Labelling of a 2n-cycle with alternating coloured vertices in a specified fashion Take a 2n-cycle, colouring the vertices alternately blue and red.  For which n can we label the vertices 1 to 2n in such a way that the sum of the label of each blue vertex together with its two red neighbours is the same for every blue vertex?
 A: Well, there is a simple construction for odd $n=2k+1$'s. The construction is
$$k+1,4k+2,1,4k+1,k+2,4k,2,4k-1,\dots,2k,2k+4,k,2k+3,2k+1,2k+2$$
the smaller numbers are red, the larger are blue. The sum of label of each  blue vertex together with its two red neighbors is the same $5k+4$.
update:
Well, there is a not-that simple construction for evenly even $n=4k$. The construction for the red ones are:
$$1,6k,2,2k+2,3,2k+3,\dots ,k,3k,k+1,k+2,3k+1,k+3,3k+2,\dots,2k,4k-1,2k+1$$
(especially when $k=1$ the red ones are $1,6,2,3$)
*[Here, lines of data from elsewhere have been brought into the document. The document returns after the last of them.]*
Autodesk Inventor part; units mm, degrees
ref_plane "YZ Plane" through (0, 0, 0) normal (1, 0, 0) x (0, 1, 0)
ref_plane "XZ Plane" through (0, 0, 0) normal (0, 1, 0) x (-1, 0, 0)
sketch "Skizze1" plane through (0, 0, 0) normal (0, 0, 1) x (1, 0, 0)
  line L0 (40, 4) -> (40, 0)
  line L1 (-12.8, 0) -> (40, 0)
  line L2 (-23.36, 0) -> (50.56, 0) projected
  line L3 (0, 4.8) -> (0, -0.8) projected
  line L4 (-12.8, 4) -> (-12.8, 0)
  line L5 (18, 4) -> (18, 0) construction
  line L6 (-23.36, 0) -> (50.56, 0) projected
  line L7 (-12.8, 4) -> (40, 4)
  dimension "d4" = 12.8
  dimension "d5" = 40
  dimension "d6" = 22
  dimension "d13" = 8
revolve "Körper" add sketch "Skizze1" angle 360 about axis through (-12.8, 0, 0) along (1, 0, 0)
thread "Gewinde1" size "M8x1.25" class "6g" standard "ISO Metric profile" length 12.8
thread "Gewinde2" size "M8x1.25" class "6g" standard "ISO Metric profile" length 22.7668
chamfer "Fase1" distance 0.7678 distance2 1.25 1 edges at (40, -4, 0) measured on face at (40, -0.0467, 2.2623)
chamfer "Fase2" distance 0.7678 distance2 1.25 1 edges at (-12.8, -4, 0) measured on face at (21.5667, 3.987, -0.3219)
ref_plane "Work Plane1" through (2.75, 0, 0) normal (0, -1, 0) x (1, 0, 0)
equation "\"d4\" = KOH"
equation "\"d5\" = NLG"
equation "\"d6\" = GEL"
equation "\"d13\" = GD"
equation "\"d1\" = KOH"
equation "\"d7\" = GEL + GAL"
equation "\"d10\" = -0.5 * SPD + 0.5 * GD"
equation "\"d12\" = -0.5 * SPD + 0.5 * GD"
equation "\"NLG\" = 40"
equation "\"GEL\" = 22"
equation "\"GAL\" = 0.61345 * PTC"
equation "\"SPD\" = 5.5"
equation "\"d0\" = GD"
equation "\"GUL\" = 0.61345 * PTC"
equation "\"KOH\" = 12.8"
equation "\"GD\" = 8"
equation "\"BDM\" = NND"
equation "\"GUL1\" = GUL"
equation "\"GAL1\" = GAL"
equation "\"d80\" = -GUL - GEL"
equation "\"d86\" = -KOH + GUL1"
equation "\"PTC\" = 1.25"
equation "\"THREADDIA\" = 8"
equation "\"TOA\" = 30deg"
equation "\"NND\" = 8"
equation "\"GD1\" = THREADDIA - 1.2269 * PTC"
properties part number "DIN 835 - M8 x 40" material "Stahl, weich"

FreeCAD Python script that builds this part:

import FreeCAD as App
import Part
import Sketcher

V = App.Vector
Q = App.Units.Quantity


def edges_at(feature, points):
    """Names of the edges that pass closest to the given points."""
    edges = feature.Shape.Edges
    near = lambda p: min(range(len(edges)), key=lambda i: edges[i].distToShape(Part.Vertex(*p))[0])
    return sorted({f"Edge{near(p) + 1}" for p in points})

doc = App.newDocument("Part")
params = doc.addObject("Spreadsheet::Sheet", "Params")
for row, (alias, value) in enumerate([
    ("sketch1_height", "4 mm"),
    ("revolution_angle", "360 deg"),
    ("chamfer_size", "0.7678 mm"),
    ("chamfer_size2", "1.25 mm"),
    ("chamfer2_size", "0.7678 mm"),
    ("chamfer2_size2", "1.25 mm"),
], start=1):
    params.set(f"A{row}", alias)
    params.set(f"B{row}", "=" + value)
    params.setAlias(f"B{row}", alias)

body = doc.addObject("PartDesign::Body", "Body")

sketch1 = doc.addObject("Sketcher::SketchObject", "Sketch")
body.addObject(sketch1)
sketch1.AttachmentSupport = (doc.XY_Plane, [""])
sketch1.MapMode = "FlatFace"
sketch1.addGeometry(Part.LineSegment(V(40, 0, 0), V(40, 4, 0)), False)
sketch1.addGeometry(Part.LineSegment(V(40, 4, 0), V(-12.8, 4, 0)), False)
sketch1.addGeometry(Part.LineSegment(V(-12.8, 4, 0), V(-12.8, 0, 0)), False)
sketch1.addGeometry(Part.LineSegment(V(-12.8, 0, 0), V(40, 0, 0)), False)
sketch1.addConstraint(Sketcher.Constraint("Coincident", 0, 2, 1, 1))
sketch1.addConstraint(Sketcher.Constraint("Coincident", 1, 2, 2, 1))
sketch1.addConstraint(Sketcher.Constraint("Coincident", 2, 2, 3, 1))
sketch1.addConstraint(Sketcher.Constraint("Coincident", 3, 2, 0, 1))
sketch1.addConstraint(Sketcher.Constraint("Vertical", 0))
sketch1.addConstraint(Sketcher.Constraint("Horizontal", 1))
sketch1.addConstraint(Sketcher.Constraint("Vertical", 2))
sketch1.addConstraint(Sketcher.Constraint("Horizontal", 3))
sketch1.addConstraint(Sketcher.Constraint("PointOnObject", 2, 2, -1))
sketch1.addConstraint(Sketcher.Constraint("DistanceX", -1, 1, 0, 2, Q("40 mm")))
sketch1.addConstraint(Sketcher.Constraint("DistanceX", 1, 2, -1, 1, Q("12.8 mm")))
sketch1.addConstraint(Sketcher.Constraint("DistanceY", 0, 1, 0, 2, Q("4 mm")))
sketch1.setExpression("Constraints[11]", "Params.sketch1_height")
revolution = doc.addObject("PartDesign::Revolution", "Revolution")
body.addObject(revolution)
revolution.Profile = sketch1
revolution.ReferenceAxis = (sketch1, ["H_Axis"])
revolution.setExpression("Angle", "Params.revolution_angle")
doc.recompute()

chamfer = doc.addObject("PartDesign::Chamfer", "Chamfer")
body.addObject(chamfer)
chamfer.Base = (revolution, edges_at(revolution, [(40, -4, 0)]))
chamfer.ChamferType = "Two distances"
chamfer.setExpression("Size", "Params.chamfer_size")
chamfer.setExpression("Size2", "Params.chamfer_size2")
doc.recompute()

chamfer2 = doc.addObject("PartDesign::Chamfer", "Chamfer001")
body.addObject(chamfer2)
chamfer2.Base = (chamfer, edges_at(chamfer, [(-12.8, -4, 0)]))
chamfer2.ChamferType = "Two distances"
chamfer2.setExpression("Size", "Params.chamfer2_size")
chamfer2.setExpression("Size2", "Params.chamfer2_size2")

doc.recompute()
These appears $1$ to $4k-1$ and a strange $6k$
The blue ones (in between) are
$$4k+1,4k,8k-2,8k-3,\dots 6k+2,6k+1,8k-1,6k-1,6k-2\dots,4k+2,8k$$
And the sum is $10k+2$.
update2:
Well, there is a really not-that simple construction for oddly even $n=4k+2$. The construction for the red ones are:
$$1,6k+3,2,2k+2,3,2k+3,\dots ,k,3k,k+1,k+2,3k+1,3k+2,k+3,\dots,4k,2k+1,4k+1$$
(especially when $k=1$ the red ones are $1,9,2,3,4,5$)
These appears $1$ to $4k+1$ and a strange $6k+3$
The blue ones (in between) are
$$4k+3,4k+2,8k+3,8k+2,\dots ,6k+7,6k+6,8k+4,6k+4,4k+4,6k+2,\dots,4k+6,4k+5,6k+5$$
And the sum is $10k+7$.
So, we proved that all the $n\ge 3$we can label in the way.